* _EXERCISE GOAL_
Some lines in the entries contain the word "standard". Copy all of them.

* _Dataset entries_
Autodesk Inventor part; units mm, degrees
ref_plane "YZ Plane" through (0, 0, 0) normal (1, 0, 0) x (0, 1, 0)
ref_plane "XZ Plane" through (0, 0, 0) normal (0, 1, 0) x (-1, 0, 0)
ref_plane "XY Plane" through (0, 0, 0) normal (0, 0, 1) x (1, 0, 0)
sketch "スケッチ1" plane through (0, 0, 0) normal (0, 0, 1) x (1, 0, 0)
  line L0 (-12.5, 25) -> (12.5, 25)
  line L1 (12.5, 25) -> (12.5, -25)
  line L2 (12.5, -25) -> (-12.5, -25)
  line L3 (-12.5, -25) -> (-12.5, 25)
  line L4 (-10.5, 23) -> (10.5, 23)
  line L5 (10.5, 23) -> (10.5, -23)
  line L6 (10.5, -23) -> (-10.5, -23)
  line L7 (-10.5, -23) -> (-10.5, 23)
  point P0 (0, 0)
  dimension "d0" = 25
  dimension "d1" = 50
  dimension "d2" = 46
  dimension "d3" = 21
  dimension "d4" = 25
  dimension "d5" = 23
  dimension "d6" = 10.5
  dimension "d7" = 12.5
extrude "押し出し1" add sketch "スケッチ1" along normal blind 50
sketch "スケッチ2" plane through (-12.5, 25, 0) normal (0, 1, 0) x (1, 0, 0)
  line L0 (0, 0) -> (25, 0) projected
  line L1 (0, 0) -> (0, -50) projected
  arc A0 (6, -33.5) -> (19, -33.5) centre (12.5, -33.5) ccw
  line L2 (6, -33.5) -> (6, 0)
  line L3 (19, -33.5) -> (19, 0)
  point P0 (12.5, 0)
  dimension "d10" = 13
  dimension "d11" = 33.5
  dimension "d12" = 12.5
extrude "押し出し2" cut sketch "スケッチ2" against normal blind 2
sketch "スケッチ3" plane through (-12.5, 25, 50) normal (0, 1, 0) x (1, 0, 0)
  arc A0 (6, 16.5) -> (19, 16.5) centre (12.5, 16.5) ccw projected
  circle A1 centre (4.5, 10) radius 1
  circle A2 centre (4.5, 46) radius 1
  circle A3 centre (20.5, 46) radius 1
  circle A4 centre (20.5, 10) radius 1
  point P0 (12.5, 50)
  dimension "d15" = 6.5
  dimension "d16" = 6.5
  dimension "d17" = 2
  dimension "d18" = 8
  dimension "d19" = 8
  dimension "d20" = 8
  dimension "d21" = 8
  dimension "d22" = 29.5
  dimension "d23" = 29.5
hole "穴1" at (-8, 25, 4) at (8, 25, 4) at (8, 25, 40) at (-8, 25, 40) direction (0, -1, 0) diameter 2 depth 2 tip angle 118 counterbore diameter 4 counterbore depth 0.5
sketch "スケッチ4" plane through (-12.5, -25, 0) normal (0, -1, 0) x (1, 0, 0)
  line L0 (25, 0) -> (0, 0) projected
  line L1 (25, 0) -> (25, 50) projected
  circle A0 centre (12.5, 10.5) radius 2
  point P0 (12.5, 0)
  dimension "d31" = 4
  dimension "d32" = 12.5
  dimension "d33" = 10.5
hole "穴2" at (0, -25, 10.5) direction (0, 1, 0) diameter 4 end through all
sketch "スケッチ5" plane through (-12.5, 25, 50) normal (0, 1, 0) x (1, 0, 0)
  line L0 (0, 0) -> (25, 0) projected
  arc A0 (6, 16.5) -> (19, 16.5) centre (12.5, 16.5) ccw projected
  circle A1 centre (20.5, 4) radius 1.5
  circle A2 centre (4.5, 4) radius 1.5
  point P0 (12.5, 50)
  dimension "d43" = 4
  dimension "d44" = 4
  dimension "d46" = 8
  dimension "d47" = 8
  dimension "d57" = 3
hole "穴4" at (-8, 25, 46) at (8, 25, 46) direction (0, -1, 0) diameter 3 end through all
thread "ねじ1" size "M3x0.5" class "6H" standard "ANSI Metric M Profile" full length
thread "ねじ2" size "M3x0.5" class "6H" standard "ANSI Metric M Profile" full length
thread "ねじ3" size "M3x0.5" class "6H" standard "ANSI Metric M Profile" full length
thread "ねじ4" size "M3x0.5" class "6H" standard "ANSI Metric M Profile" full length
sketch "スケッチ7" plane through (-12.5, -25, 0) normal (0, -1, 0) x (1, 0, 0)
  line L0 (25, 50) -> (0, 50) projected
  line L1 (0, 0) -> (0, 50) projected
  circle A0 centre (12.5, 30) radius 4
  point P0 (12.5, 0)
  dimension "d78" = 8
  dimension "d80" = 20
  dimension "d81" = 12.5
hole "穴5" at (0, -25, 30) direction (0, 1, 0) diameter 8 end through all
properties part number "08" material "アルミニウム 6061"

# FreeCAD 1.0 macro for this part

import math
import FreeCAD as App
import Part
import Sketcher

V = App.Vector


def add_polygon(sketch, points):
    """Adds a closed chain of lines whose ends are joined by coincident constraints."""
    first, n = sketch.GeometryCount, len(points)
    for a, b in zip(points, points[1:] + points[:1]):
        sketch.addGeometry(Part.LineSegment(App.Vector(*a, 0), App.Vector(*b, 0)), False)
    for i in range(n):
        sketch.addConstraint(Sketcher.Constraint("Coincident", first + i, 2, first + (i + 1) % n, 1))

doc = App.newDocument("Part")
body = doc.addObject("PartDesign::Body", "Body")

sketch1 = body.newObject("Sketcher::SketchObject", "Sketch")
sketch1.AttachmentSupport = (doc.getObject("XY_Plane"), [""])
sketch1.MapMode = "FlatFace"
add_polygon(sketch1, [(12, 25), (-12, 25), (-12, -25), (12, -25)])
add_polygon(sketch1, [(-10, -23), (-10, 23), (10, 23), (10, -23)])
sketch1.addConstraint(Sketcher.Constraint("Horizontal", 0))
sketch1.addConstraint(Sketcher.Constraint("Vertical", 1))
sketch1.addConstraint(Sketcher.Constraint("Horizontal", 2))
sketch1.addConstraint(Sketcher.Constraint("Vertical", 3))
sketch1.addConstraint(Sketcher.Constraint("Vertical", 4))
sketch1.addConstraint(Sketcher.Constraint("Horizontal", 5))
sketch1.addConstraint(Sketcher.Constraint("Vertical", 6))
sketch1.addConstraint(Sketcher.Constraint("Horizontal", 7))
sketch1.addConstraint(Sketcher.Constraint("Symmetric", 0, 2, 2, 2, -1, 1))
sketch1.addConstraint(Sketcher.Constraint("Symmetric", 4, 2, 6, 2, -1, 1))
sketch1.addConstraint(Sketcher.Constraint("DistanceX", 0, 2, 0, 1, 25.0))
sketch1.addConstraint(Sketcher.Constraint("DistanceX", 5, 1, 5, 2, 21.0))
sketch1.addConstraint(Sketcher.Constraint("DistanceY", 1, 2, 1, 1, 50.0))
sketch1.addConstraint(Sketcher.Constraint("DistanceY", 4, 1, 4, 2, 46.0))
pad1 = body.newObject("PartDesign::Pad", "Pad")
pad1.Profile = sketch1
pad1.Length = 50

sketch2 = body.newObject("Sketcher::SketchObject", "Sketch001")
sketch2.AttachmentSupport = (doc.getObject("XZ_Plane"), [""])
sketch2.MapMode = "FlatFace"
sketch2.AttachmentOffset = App.Placement(V(0, 0, -25), App.Rotation())
sketch2.addGeometry(Part.LineSegment(V(6, 0, 0), V(-6, 0, 0)), False)
sketch2.addGeometry(Part.LineSegment(V(-6, 0, 0), V(-6, 34, 0)), False)
sketch2.addGeometry(Part.ArcOfCircle(Part.Circle(V(0, 34, 0), V(0, 0, 1), 6), math.radians(0), math.radians(180)), False)
sketch2.addGeometry(Part.LineSegment(V(6, 34, 0), V(6, 0, 0)), False)
sketch2.addConstraint(Sketcher.Constraint("Coincident", 0, 2, 1, 1))
sketch2.addConstraint(Sketcher.Constraint("Tangent", 1, 2, 2, 2))
sketch2.addConstraint(Sketcher.Constraint("Tangent", 2, 1, 3, 1))
sketch2.addConstraint(Sketcher.Constraint("Coincident", 3, 2, 0, 1))
sketch2.addConstraint(Sketcher.Constraint("Horizontal", 0))
sketch2.addConstraint(Sketcher.Constraint("Vertical", 1))
sketch2.addConstraint(Sketcher.Constraint("Vertical", 3))
sketch2.addConstraint(Sketcher.Constraint("Symmetric", 0, 2, 3, 2, -1, 1))
sketch2.addConstraint(Sketcher.Constraint("Radius", 2, 6.5))
sketch2.addConstraint(Sketcher.Constraint("DistanceY", 1, 1, 1, 2, 33.5))
pocket1 = body.newObject("PartDesign::Pocket", "Pocket")
pocket1.Profile = sketch2
pocket1.Length = 2
pocket1.Reversed = True

sketch3 = body.newObject("Sketcher::SketchObject", "Sketch002")
sketch3.AttachmentSupport = (doc.getObject("XZ_Plane"), [""])
sketch3.MapMode = "FlatFace"
sketch3.AttachmentOffset = App.Placement(V(0, 0, -25), App.Rotation())
sketch3.addGeometry(Part.Circle(V(-8, 4, 0), V(0, 0, 1), 1), False)
sketch3.addGeometry(Part.Circle(V(8, 4, 0), V(0, 0, 1), 1), False)
sketch3.addGeometry(Part.Circle(V(8, 40, 0), V(0, 0, 1), 1), False)
sketch3.addGeometry(Part.Circle(V(-8, 40, 0), V(0, 0, 1), 1), False)
sketch3.addConstraint(Sketcher.Constraint("Equal", 0, 1))
sketch3.addConstraint(Sketcher.Constraint("Equal", 1, 2))
sketch3.addConstraint(Sketcher.Constraint("Equal", 2, 3))
sketch3.addConstraint(Sketcher.Constraint("Symmetric", 0, 3, 1, 3, -2))
sketch3.addConstraint(Sketcher.Constraint("Symmetric", 2, 3, 3, 3, -2))
sketch3.addConstraint(Sketcher.Constraint("Vertical", 1, 3, 2, 3))
sketch3.addConstraint(Sketcher.Constraint("Diameter", 0, 2.0))
sketch3.addConstraint(Sketcher.Constraint("DistanceX", 0, 3, -1, 1, 8.0))
sketch3.addConstraint(Sketcher.Constraint("DistanceY", -1, 1, 0, 3, 4.0))
sketch3.addConstraint(Sketcher.Constraint("DistanceY", -1, 1, 2, 3, 40.0))
doc.recompute()
hole = body.newObject("PartDesign::Hole", "Hole")
hole.Profile = sketch3
hole.ThreadType = "None"
hole.Diameter = 2
hole.DepthType = "Dimension"
hole.Depth = 2
hole.DrillPoint = "Angled"
hole.DrillPointAngle = 118
hole.HoleCutType = "Counterbore"
hole.HoleCutDiameter = 4
hole.HoleCutDepth = 0.5
hole.Reversed = True

sketch4 = body.newObject("Sketcher::SketchObject", "Sketch003")
sketch4.AttachmentSupport = (doc.getObject("XZ_Plane"), [""])
sketch4.MapMode = "FlatFace"
sketch4.AttachmentOffset = App.Placement(V(0, 0, 25), App.Rotation())
sketch4.addGeometry(Part.Circle(V(0, 10.5, 0), V(0, 0, 1), 2), False)
sketch4.addConstraint(Sketcher.Constraint("PointOnObject", 0, 3, -2))
sketch4.addConstraint(Sketcher.Constraint("Diameter", 0, 4.0))
sketch4.addConstraint(Sketcher.Constraint("DistanceY", -1, 1, 0, 3, 10.5))
doc.recompute()
hole2 = body.newObject("PartDesign::Hole", "Hole001")
hole2.Profile = sketch4
hole2.ThreadType = "None"
hole2.Diameter = 4
hole2.DepthType = "ThroughAll"

sketch5 = body.newObject("Sketcher::SketchObject", "Sketch004")
sketch5.AttachmentSupport = (doc.getObject("XZ_Plane"), [""])
sketch5.MapMode = "FlatFace"
sketch5.AttachmentOffset = App.Placement(V(0, 0, -25), App.Rotation())
sketch5.addGeometry(Part.Circle(V(-8, 46, 0), V(0, 0, 1), 1.5), False)
sketch5.addGeometry(Part.Circle(V(8, 46, 0), V(0, 0, 1), 1.5), False)
sketch5.addConstraint(Sketcher.Constraint("Equal", 0, 1))
sketch5.addConstraint(Sketcher.Constraint("Symmetric", 0, 3, 1, 3, -2))
sketch5.addConstraint(Sketcher.Constraint("Diameter", 0, 3.0))
sketch5.addConstraint(Sketcher.Constraint("DistanceX", 0, 3, -1, 1, 8.0))
sketch5.addConstraint(Sketcher.Constraint("DistanceY", -1, 1, 0, 3, 46.0))
doc.recompute()
hole3 = body.newObject("PartDesign::Hole", "Hole002")
hole3.Profile = sketch5
hole3.ThreadType = "None"
hole3.Diameter = 3
hole3.DepthType = "ThroughAll"
hole3.Reversed = True

sketch6 = body.newObject("Sketcher::SketchObject", "Sketch005")
sketch6.AttachmentSupport = (doc.getObject("XZ_Plane"), [""])
sketch6.MapMode = "FlatFace"
sketch6.AttachmentOffset = App.Placement(V(0, 0, 25), App.Rotation())
sketch6.addGeometry(Part.Circle(V(0, 30, 0), V(0, 0, 1), 4), False)
sketch6.addConstraint(Sketcher.Constraint("PointOnObject", 0, 3, -2))
sketch6.addConstraint(Sketcher.Constraint("Diameter", 0, 8.0))
sketch6.addConstraint(Sketcher.Constraint("DistanceY", -1, 1, 0, 3, 30.0))
doc.recompute()
hole4 = body.newObject("PartDesign::Hole", "Hole003")
hole4.Profile = sketch6
hole4.ThreadType = "None"
hole4.Diameter = 8
hole4.DepthType = "ThroughAll"

doc.recompute()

* _RESULT OF THE TASK_
thread "ねじ1" size "M3x0.5" class "6H" standard "ANSI Metric M Profile" full length
thread "ねじ2" size "M3x0.5" class "6H" standard "ANSI Metric M Profile" full length
thread "ねじ3" size "M3x0.5" class "6H" standard "ANSI Metric M Profile" full length
thread "ねじ4" size "M3x0.5" class "6H" standard "ANSI Metric M Profile" full length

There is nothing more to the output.